Very interesting, thank you!


----------



## ElectriCar (Jun 15, 2008)

Big K said:


> Hi
> 
> I am looking to upgrade my curtis 1231c to a 1000A controller and ideally I would like to get my hands on a zilla but it looks to me like it would take way to long to get one because of the huge waiting list.
> 
> ...


Since you already have a Curtis, you can send it off and have it done by Dave Mosher, a Curtis authorized tech. He did mine and replaced the diodes with ones that have only 1/3 the resistance of the factory diodes and are rated for higher amps I think. 

Since the upgrade mine runs cooler. With the heat sink I added, its' actually running without a fan and hasn't ran hot yet. His upgrade btw actually has 1300A capacity though he states it's 1000A and it's a $650 expense. 

When you install it and hit the throttle a bit, you'll be all smiles. This upgrade will smoke the tires on my S10 without dumping the clutch, which I don't have anyway.


----------



## ElectriCar (Jun 15, 2008)

Forgot to mention this, with the upgrade it's rated at 400A continuous, 1000A for two minutes. Dave's on the forum here, username is domosher, do a search and you can pm him.


----------



## rochesterricer (Jan 5, 2011)

Tell Dave to start doing research on the Curtis AC controllers


----------



## 9852 (Jan 17, 2010)

ElectriCar said:


> Since you already have a Curtis, you can send it off and have it done by Dave Mosher, a Curtis authorized tech. He did mine and replaced the diodes with ones that have only 1/3 the resistance of the factory diodes and are rated for higher amps I think.
> 
> Since the upgrade mine runs cooler. With the heat sink I added, its' actually running without a fan and hasn't ran hot yet. His upgrade btw actually has 1300A capacity though he states it's 1000A and it's a $650 expense.
> 
> When you install it and hit the throttle a bit, you'll be all smiles. This upgrade will smoke the tires on my S10 without dumping the clutch, which I don't have anyway.


thanks for the info, that is good stuff to know.


----------



## rumleyfips (Oct 15, 2008)

I can see the advantage of using a 3 terminal module as a single transistor and a seperate diode. What I don't know is whether the current rating is a total of both transistors or is each transistor capable of carrying the published amperage.
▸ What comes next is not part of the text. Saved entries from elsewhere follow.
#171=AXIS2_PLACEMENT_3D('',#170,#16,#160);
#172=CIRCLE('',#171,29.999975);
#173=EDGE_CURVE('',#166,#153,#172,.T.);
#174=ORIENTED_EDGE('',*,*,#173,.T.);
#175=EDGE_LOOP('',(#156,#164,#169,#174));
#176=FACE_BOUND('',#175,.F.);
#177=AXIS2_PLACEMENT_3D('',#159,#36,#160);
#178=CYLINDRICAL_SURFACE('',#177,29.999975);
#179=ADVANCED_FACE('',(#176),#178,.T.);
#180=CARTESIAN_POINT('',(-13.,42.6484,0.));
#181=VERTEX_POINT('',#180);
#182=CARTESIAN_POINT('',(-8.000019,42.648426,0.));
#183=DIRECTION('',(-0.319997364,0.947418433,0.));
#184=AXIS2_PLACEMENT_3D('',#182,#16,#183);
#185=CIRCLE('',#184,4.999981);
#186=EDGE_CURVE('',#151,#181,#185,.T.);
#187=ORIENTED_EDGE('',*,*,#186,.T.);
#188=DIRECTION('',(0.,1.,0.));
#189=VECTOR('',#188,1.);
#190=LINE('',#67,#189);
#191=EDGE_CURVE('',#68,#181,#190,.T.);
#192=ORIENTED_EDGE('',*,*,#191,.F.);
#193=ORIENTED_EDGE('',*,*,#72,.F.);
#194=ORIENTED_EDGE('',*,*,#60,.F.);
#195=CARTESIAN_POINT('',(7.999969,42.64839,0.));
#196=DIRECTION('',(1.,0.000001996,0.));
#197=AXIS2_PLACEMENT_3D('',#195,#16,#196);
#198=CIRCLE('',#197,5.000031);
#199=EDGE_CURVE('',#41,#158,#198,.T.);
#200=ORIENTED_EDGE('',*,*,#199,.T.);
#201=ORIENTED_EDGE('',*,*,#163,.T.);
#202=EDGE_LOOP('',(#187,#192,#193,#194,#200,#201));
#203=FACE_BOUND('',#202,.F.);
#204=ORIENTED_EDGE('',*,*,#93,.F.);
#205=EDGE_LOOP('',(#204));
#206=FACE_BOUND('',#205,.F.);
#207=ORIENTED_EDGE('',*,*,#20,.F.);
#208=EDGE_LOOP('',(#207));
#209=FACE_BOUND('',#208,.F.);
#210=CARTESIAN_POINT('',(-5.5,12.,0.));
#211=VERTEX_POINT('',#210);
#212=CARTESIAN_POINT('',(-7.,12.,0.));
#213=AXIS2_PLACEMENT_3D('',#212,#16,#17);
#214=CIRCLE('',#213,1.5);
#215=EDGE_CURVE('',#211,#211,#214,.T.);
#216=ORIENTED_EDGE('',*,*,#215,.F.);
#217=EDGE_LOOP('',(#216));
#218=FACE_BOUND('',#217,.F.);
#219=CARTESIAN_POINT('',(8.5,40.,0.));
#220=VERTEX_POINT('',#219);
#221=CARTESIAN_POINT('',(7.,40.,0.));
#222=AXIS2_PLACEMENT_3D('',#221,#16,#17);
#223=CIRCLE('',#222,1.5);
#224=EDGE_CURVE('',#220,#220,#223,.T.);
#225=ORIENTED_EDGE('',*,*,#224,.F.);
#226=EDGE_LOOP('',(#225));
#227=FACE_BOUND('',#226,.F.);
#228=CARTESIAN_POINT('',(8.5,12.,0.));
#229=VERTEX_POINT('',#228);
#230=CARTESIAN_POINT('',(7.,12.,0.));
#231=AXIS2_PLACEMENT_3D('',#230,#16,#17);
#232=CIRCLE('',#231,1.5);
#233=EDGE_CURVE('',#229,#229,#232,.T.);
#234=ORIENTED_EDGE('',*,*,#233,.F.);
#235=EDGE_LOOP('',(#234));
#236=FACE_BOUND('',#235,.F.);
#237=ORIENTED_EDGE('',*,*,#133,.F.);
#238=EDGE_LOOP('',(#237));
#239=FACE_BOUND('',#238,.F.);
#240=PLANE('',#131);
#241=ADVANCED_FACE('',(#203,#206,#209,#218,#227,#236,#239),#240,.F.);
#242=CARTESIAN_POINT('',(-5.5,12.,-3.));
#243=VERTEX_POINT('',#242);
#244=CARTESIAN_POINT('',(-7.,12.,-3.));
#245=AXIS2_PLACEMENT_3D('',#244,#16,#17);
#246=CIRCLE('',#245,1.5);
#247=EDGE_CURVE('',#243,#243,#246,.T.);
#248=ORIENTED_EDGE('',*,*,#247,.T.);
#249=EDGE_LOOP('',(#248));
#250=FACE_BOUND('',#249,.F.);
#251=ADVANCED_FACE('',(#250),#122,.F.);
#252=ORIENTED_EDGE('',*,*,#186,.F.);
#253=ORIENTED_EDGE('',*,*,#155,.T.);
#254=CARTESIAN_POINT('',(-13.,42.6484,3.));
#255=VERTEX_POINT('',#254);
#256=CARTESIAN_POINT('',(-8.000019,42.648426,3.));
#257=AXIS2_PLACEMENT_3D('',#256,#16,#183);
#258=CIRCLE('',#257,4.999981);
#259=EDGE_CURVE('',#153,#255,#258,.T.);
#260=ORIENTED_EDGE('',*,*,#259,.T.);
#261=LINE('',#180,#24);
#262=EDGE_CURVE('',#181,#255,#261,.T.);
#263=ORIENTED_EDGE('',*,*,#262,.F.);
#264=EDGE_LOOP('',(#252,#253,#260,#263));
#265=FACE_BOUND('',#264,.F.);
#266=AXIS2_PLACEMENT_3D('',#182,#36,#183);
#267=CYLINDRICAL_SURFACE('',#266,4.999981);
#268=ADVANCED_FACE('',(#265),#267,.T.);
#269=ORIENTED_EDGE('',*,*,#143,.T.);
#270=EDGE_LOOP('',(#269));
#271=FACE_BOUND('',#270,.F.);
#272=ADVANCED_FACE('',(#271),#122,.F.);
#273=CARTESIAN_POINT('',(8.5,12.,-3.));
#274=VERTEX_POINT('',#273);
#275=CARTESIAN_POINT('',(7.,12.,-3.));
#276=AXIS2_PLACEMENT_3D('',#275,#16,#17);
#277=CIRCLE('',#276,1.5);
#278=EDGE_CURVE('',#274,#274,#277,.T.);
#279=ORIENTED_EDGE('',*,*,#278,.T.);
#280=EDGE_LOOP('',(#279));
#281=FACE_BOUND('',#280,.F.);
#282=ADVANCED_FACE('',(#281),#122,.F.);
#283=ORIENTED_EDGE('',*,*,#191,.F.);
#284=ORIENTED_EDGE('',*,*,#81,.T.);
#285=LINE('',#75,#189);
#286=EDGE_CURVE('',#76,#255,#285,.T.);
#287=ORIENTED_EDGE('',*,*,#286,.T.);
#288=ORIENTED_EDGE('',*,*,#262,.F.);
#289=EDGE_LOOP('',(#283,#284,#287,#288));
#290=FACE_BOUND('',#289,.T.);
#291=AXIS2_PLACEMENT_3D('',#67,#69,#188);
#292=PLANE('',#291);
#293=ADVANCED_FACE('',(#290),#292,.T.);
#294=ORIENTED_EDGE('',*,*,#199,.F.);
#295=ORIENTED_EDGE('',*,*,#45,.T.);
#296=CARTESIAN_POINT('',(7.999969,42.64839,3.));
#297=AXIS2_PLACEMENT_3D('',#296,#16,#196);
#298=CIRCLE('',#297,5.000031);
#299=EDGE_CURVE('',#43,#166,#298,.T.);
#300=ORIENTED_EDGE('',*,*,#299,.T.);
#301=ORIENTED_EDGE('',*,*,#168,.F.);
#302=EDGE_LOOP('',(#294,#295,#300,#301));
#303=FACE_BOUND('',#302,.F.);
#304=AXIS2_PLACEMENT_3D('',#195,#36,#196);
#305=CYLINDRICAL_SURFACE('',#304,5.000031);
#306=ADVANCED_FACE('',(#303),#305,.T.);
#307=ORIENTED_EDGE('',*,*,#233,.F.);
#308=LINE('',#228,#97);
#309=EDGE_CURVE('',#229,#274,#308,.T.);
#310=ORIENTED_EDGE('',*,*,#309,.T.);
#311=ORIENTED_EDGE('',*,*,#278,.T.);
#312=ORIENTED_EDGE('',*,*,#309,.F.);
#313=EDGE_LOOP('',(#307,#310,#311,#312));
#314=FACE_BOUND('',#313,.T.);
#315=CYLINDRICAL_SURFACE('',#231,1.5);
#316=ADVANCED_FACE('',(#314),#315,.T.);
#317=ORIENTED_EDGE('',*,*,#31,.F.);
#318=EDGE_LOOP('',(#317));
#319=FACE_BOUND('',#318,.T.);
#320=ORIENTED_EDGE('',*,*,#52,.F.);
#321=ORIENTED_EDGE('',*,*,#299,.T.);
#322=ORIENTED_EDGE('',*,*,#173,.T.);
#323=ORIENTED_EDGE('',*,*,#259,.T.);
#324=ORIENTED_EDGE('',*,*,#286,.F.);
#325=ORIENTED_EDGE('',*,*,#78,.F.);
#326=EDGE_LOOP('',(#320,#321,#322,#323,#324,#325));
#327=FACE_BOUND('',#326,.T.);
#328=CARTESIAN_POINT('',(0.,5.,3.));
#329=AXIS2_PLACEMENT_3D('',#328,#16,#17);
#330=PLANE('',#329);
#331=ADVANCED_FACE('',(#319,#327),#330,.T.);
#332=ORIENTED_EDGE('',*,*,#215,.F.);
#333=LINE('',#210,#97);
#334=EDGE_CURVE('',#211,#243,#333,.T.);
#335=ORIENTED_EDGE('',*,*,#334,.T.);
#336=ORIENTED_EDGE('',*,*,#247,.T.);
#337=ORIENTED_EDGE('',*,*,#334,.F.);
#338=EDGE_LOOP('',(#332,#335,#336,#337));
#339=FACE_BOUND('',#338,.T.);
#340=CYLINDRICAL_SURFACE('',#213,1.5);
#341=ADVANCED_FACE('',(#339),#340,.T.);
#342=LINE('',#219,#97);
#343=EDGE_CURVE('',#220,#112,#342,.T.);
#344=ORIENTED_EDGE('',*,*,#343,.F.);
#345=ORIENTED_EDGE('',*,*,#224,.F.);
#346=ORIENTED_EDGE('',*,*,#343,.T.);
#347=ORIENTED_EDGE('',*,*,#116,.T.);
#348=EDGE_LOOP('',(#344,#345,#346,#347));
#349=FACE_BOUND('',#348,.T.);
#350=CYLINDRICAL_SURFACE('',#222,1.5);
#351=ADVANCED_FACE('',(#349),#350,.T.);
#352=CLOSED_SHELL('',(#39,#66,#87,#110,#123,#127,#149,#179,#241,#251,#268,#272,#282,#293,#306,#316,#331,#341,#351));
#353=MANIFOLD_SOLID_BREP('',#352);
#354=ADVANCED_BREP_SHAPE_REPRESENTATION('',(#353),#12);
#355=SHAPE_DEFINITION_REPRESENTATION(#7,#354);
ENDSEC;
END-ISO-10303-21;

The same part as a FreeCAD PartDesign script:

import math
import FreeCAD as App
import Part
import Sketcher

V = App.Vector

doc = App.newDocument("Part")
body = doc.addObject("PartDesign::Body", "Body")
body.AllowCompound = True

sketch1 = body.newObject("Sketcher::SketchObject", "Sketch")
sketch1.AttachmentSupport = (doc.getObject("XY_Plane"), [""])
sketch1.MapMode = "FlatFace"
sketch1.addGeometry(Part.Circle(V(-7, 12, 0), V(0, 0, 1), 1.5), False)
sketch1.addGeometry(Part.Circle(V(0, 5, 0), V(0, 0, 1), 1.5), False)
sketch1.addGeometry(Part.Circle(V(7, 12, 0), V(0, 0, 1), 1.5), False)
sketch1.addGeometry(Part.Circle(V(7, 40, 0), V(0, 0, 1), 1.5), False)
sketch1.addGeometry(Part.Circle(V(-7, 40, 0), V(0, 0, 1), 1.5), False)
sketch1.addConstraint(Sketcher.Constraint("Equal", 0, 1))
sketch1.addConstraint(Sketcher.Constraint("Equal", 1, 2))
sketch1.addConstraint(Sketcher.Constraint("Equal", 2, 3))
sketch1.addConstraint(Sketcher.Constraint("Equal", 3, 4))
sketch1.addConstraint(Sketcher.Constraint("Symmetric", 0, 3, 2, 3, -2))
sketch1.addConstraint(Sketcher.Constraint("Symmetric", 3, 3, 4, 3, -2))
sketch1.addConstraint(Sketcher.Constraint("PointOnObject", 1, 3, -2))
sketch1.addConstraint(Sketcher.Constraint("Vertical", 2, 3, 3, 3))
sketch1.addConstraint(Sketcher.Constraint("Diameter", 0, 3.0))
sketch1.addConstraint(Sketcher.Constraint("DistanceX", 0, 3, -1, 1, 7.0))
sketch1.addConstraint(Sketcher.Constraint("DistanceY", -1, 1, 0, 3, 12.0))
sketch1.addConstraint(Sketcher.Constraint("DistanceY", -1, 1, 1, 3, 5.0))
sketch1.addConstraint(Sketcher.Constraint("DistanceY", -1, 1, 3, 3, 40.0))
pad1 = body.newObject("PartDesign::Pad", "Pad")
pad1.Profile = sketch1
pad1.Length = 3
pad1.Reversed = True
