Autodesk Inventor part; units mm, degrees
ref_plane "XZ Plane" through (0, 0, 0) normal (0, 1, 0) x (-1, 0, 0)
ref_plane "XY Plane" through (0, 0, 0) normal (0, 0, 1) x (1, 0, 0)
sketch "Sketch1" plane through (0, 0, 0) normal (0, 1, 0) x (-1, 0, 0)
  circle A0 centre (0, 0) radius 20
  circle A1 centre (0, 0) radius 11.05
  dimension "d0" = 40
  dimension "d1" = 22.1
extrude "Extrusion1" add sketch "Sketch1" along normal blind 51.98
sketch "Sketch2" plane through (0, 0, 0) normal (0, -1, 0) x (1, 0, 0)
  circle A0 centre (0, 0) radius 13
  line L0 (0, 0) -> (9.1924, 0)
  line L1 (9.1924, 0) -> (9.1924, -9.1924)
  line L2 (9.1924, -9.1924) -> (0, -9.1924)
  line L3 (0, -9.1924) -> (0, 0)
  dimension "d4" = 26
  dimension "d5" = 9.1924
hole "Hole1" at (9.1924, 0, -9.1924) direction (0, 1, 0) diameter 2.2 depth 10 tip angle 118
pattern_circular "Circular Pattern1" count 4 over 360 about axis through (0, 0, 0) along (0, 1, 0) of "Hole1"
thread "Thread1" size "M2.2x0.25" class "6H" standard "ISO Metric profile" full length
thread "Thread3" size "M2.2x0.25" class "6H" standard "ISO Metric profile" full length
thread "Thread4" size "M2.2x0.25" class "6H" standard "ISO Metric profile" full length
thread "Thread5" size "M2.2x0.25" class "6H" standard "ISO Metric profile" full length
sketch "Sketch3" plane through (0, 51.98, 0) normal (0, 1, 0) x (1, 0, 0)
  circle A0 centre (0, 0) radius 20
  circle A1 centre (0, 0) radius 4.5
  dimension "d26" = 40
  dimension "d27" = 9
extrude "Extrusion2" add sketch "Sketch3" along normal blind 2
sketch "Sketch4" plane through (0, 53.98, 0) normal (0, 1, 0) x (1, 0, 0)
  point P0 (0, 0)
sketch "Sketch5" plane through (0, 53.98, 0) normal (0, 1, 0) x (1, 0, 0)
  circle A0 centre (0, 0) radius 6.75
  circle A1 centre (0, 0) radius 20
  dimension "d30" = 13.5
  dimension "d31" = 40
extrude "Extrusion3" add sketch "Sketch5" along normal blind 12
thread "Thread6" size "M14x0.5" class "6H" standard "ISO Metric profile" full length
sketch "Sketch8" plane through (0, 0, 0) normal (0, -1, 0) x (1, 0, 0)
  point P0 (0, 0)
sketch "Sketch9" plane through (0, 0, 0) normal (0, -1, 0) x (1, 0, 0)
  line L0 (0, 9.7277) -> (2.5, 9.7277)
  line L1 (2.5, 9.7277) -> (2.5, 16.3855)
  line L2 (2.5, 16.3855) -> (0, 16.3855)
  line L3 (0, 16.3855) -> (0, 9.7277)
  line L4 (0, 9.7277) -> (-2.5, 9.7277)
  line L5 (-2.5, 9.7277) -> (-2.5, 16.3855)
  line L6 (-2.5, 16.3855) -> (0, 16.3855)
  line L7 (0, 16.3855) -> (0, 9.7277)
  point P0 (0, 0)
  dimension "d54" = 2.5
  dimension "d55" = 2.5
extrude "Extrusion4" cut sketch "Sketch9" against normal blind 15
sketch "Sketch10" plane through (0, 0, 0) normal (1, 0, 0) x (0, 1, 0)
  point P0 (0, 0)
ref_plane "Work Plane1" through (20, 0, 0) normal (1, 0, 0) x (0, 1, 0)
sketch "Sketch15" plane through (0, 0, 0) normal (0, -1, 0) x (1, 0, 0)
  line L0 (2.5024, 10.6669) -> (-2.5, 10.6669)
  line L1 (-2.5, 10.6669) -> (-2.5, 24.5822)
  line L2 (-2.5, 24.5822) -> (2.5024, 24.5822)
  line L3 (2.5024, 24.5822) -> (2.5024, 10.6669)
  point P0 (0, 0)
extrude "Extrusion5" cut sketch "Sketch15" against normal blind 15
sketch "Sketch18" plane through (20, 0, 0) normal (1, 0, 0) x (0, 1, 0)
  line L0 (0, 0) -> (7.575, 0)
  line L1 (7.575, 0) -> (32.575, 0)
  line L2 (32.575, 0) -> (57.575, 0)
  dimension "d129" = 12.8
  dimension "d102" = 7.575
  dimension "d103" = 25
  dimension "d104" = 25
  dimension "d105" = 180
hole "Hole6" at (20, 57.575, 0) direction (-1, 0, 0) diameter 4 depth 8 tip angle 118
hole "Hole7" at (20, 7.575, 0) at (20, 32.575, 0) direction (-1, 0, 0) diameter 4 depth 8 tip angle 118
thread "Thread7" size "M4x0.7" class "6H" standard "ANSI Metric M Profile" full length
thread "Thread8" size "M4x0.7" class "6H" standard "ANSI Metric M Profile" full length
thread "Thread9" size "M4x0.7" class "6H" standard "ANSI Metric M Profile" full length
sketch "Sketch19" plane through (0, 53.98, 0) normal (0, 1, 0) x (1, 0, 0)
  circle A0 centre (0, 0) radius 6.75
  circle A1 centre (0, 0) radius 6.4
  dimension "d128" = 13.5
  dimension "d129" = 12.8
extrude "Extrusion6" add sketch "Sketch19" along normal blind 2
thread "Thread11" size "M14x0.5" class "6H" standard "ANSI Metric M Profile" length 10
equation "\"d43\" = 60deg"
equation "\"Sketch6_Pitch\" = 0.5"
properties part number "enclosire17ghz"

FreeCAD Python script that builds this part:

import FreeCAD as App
import Part
import Sketcher

V = App.Vector


def add_polygon(sketch, points):
    """Adds a closed chain of lines whose ends are joined by coincident constraints."""
    first, n = sketch.GeometryCount, len(points)
    for a, b in zip(points, points[1:] + points[:1]):
        sketch.addGeometry(Part.LineSegment(App.Vector(*a, 0), App.Vector(*b, 0)), False)
    for i in range(n):
        sketch.addConstraint(Sketcher.Constraint("Coincident", first + i, 2, first + (i + 1) % n, 1))

doc = App.newDocument("Part")
body = doc.addObject("PartDesign::Body", "Body")

sketch1 = body.newObject("Sketcher::SketchObject", "Sketch")
sketch1.AttachmentSupport = (doc.getObject("XZ_Plane"), [""])
sketch1.MapMode = "FlatFace"
sketch1.addGeometry([
    Part.Circle(V(0, 0, 0), V(0, 0, 1), 20),
    Part.Circle(V(0, 0, 0), V(0, 0, 1), 11),
], False)
sketch1.addConstraint([
    Sketcher.Constraint("Coincident", 0, 3, -1, 1),
    Sketcher.Constraint("Coincident", 1, 3, -1, 1),
    Sketcher.Constraint("Diameter", 0, 40.0),
    Sketcher.Constraint("Diameter", 1, 22.1),
])
pad1 = body.newObject("PartDesign::Pad", "Pad")
pad1.Profile = sketch1
pad1.Length = 51.98
pad1.Reversed = True

sketch2 = body.newObject("Sketcher::SketchObject", "Sketch001")
sketch2.AttachmentSupport = (doc.getObject("XZ_Plane"), [""])
sketch2.MapMode = "FlatFace"
sketch2.addGeometry(Part.Circle(V(9.2, -9.2, 0), V(0, 0, 1), 1.1), False)
sketch2.addConstraint([
    Sketcher.Constraint("Diameter", 0, 2.2),
    Sketcher.Constraint("DistanceX", -1, 1, 0, 3, 9.1924),
    Sketcher.Constraint("DistanceY", 0, 3, -1, 1, 9.1924),
])
doc.recompute()
hole = body.newObject("PartDesign::Hole", "Hole")
hole.Profile = sketch2
hole.ThreadType = "None"
hole.Diameter = 2.2
hole.DepthType = "Dimension"
hole.Depth = 10
hole.DrillPoint = "Angled"
hole.DrillPointAngle = 118
doc.recompute()

polarpattern = body.newObject("PartDesign::PolarPattern", "PolarPattern")
polarpattern.Originals = [hole]
polarpattern.Axis = (doc.getObject("Y_Axis"), [""])
polarpattern.Angle = 360
polarpattern.Occurrences = 4
body.Tip = polarpattern

sketch3 = body.newObject("Sketcher::SketchObject", "Sketch002")
sketch3.AttachmentSupport = (doc.getObject("XZ_Plane"), [""])
sketch3.MapMode = "FlatFace"
sketch3.AttachmentOffset = App.Placement(V(0, 0, -51.98), App.Rotation())
sketch3.addGeometry([
    Part.Circle(V(0, 0, 0), V(0, 0, 1), 20),
    Part.Circle(V(0, 0, 0), V(0, 0, 1), 4.5),
], False)
sketch3.addConstraint([
    Sketcher.Constraint("Coincident", 0, 3, -1, 1),
    Sketcher.Constraint("Coincident", 1, 3, -1, 1),
    Sketcher.Constraint("Diameter", 0, 40.0),
    Sketcher.Constraint("Diameter", 1, 9.0),
])
pad2 = body.newObject("PartDesign::Pad", "Pad001")
pad2.Profile = sketch3
pad2.Length = 2
pad2.Reversed = True

sketch4 = body.newObject("Sketcher::SketchObject", "Sketch003")
sketch4.AttachmentSupport = (doc.getObject("XZ_Plane"), [""])
sketch4.MapMode = "FlatFace"
sketch4.AttachmentOffset = App.Placement(V(0, 0, -53.98), App.Rotation())
sketch4.addGeometry([
    Part.Circle(V(0, 0, 0), V(0, 0, 1), 20),
    Part.Circle(V(0, 0, 0), V(0, 0, 1), 7),
], False)
sketch4.addConstraint([
    Sketcher.Constraint("Coincident", 0, 3, -1, 1),
    Sketcher.Constraint("Coincident", 1, 3, -1, 1),
    Sketcher.Constraint("Diameter", 0, 40.0),
    Sketcher.Constraint("Diameter", 1, 13.5),
])
pad3 = body.newObject("PartDesign::Pad", "Pad002")
pad3.Profile = sketch4
pad3.Length = 12
pad3.Reversed = True

sketch5 = body.newObject("Sketcher::SketchObject", "Sketch004")
sketch5.AttachmentSupport = (doc.getObject("XZ_Plane"), [""])
sketch5.MapMode = "FlatFace"
add_polygon(sketch5, [(2, 16), (-2, 16), (-2, 10), (2, 10)])
sketch5.addConstraint([
    Sketcher.Constraint("Horizontal", 0),
    Sketcher.Constraint("Vertical", 1),
    Sketcher.Constraint("Horizontal", 2),
    Sketcher.Constraint("Vertical", 3),
    Sketcher.Constraint("DistanceX", 0, 2, -1, 1, 2.5),
    Sketcher.Constraint("DistanceX", -1, 1, 2, 2, 2.5),
    Sketcher.Constraint("DistanceY", 1, 2, 1, 1, 6.6578),
    Sketcher.Constraint("DistanceY", -1, 1, 0, 2, 16.3855),
])
pocket1 = body.newObject("PartDesign::Pocket", "Pocket")
pocket1.Profile = sketch5
pocket1.Length = 15

sketch6 = body.newObject("Sketcher::SketchObject", "Sketch005")
sketch6.AttachmentSupport = (doc.getObject("XZ_Plane"), [""])
sketch6.MapMode = "FlatFace"
add_polygon(sketch6, [(-2, 11), (3, 11), (3, 25), (-2, 25)])
sketch6.addConstraint([
    Sketcher.Constraint("Horizontal", 0),
    Sketcher.Constraint("Vertical", 1),
    Sketcher.Constraint("Horizontal", 2),
    Sketcher.Constraint("Vertical", 3),
    Sketcher.Constraint("DistanceX", 2, 2, -1, 1, 2.5),
    Sketcher.Constraint("DistanceX", 0, 1, 0, 2, 5.0024),
    Sketcher.Constraint("DistanceY", 1, 1, 1, 2, 13.9153),
    Sketcher.Constraint("DistanceY", -1, 1, 0, 2, 10.667),
])
pocket2 = body.newObject("PartDesign::Pocket", "Pocket001")
pocket2.Profile = sketch6
pocket2.Length = 15

sketch7 = body.newObject("Sketcher::SketchObject", "Sketch006")
sketch7.AttachmentSupport = (doc.getObject("YZ_Plane"), [""])
sketch7.MapMode = "FlatFace"
sketch7.AttachmentOffset = App.Placement(V(0, 0, 20), App.Rotation())
sketch7.addGeometry(Part.Circle(V(57.6, 0, 0), V(0, 0, 1), 2), False)
sketch7.addConstraint([
    Sketcher.Constraint("PointOnObject", 0, 3, -1),
    Sketcher.Constraint("Diameter", 0, 4.0),
    Sketcher.Constraint("DistanceX", -1, 1, 0, 3, 57.575),
])
doc.recompute()
hole2 = body.newObject("PartDesign::Hole", "Hole001")
hole2.Profile = sketch7
hole2.ThreadType = "None"
hole2.Diameter = 4
hole2.DepthType = "Dimension"
hole2.Depth = 8
hole2.DrillPoint = "Angled"
hole2.DrillPointAngle = 118

sketch8 = body.newObject("Sketcher::SketchObject", "Sketch007")
sketch8.AttachmentSupport = (doc.getObject("YZ_Plane"), [""])
sketch8.MapMode = "FlatFace"
sketch8.AttachmentOffset = App.Placement(V(0, 0, 20), App.Rotation())
sketch8.addGeometry([
    Part.Circle(V(7.6, 0, 0), V(0, 0, 1), 2),
    Part.Circle(V(32.6, 0, 0), V(0, 0, 1), 2),
], False)
sketch8.addConstraint([
    Sketcher.Constraint("Equal", 0, 1),
    Sketcher.Constraint("PointOnObject", 0, 3, -1),
    Sketcher.Constraint("PointOnObject", 1, 3, -1),
    Sketcher.Constraint("Diameter", 0, 4.0),
    Sketcher.Constraint("DistanceX", 0, 3, 1, 3, 25.0),
    Sketcher.Constraint("DistanceX", -1, 1, 0, 3, 7.575),
])
doc.recompute()
hole3 = body.newObject("PartDesign::Hole", "Hole002")
hole3.Profile = sketch8
hole3.ThreadType = "None"
hole3.Diameter = 4
hole3.DepthType = "Dimension"
hole3.Depth = 8
hole3.DrillPoint = "Angled"
hole3.DrillPointAngle = 118

sketch9 = body.newObject("Sketcher::SketchObject", "Sketch008")
sketch9.AttachmentSupport = (doc.getObject("XZ_Plane"), [""])
sketch9.MapMode = "FlatFace"
sketch9.AttachmentOffset = App.Placement(V(0, 0, -53.98), App.Rotation())
sketch9.addGeometry([
    Part.Circle(V(0, 0, 0), V(0, 0, 1), 7),
    Part.Circle(V(0, 0, 0), V(0, 0, 1), 6),
], False)
sketch9.addConstraint([
    Sketcher.Constraint("Coincident", 0, 3, -1, 1),
    Sketcher.Constraint("Coincident", 1, 3, -1, 1),
    Sketcher.Constraint("Diameter", 0, 13.5),
    Sketcher.Constraint("Diameter", 1, 12.8),
])
pad4 = body.newObject("PartDesign::Pad", "Pad003")
pad4.Profile = sketch9
pad4.Length = 2
pad4.Reversed = True

doc.recompute()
This information may be included in the datasheets, but I haven't found it.

Thanks:
John


----------



## valerun (Nov 12, 2010)

rumleyfips said:


> I can see the advantage of using a 3 terminal module as a single transistor and a seperate diode.


?? 

see http://www.infineon.com/dgdl?folder...601e3&fileId=db3a30431ddc9372011e398afc1a5e4a
(part number DF1400R12IP4D) and let us know if you still feel this way....



rumleyfips said:


> What I don't know is whether the current rating is a total of both transistors or is each transistor capable of carrying the published amperage.


again, see above link. as major said, the chopper modules are SPECIFICALLY designed for this purpose!


----------



## rumleyfips (Oct 15, 2008)

Valerun:
Thanks. I was thinking more of modules like the Fuji 2MBI 300L-060. I read the "re: Can these be used for flyback: thread and it led to my question.

Rumleyfips


----------



## valerun (Nov 12, 2010)

rumleyfips said:


> Valerun:
> Thanks. I was thinking more of modules like the Fuji 2MBI 300L-060. I read the "re: Can these be used for flyback: thread and it led to my question.
> 
> Rumleyfips


The diodes are matched in all these modules. These modules are designed to run one phase of an inverter. In that config, the diode on one transistor is a freewheeling diode for the second transistor. In the case of low duty cycle, it's the diodes that carry most of the current to the load. So yes, they have to be rated accordingly. 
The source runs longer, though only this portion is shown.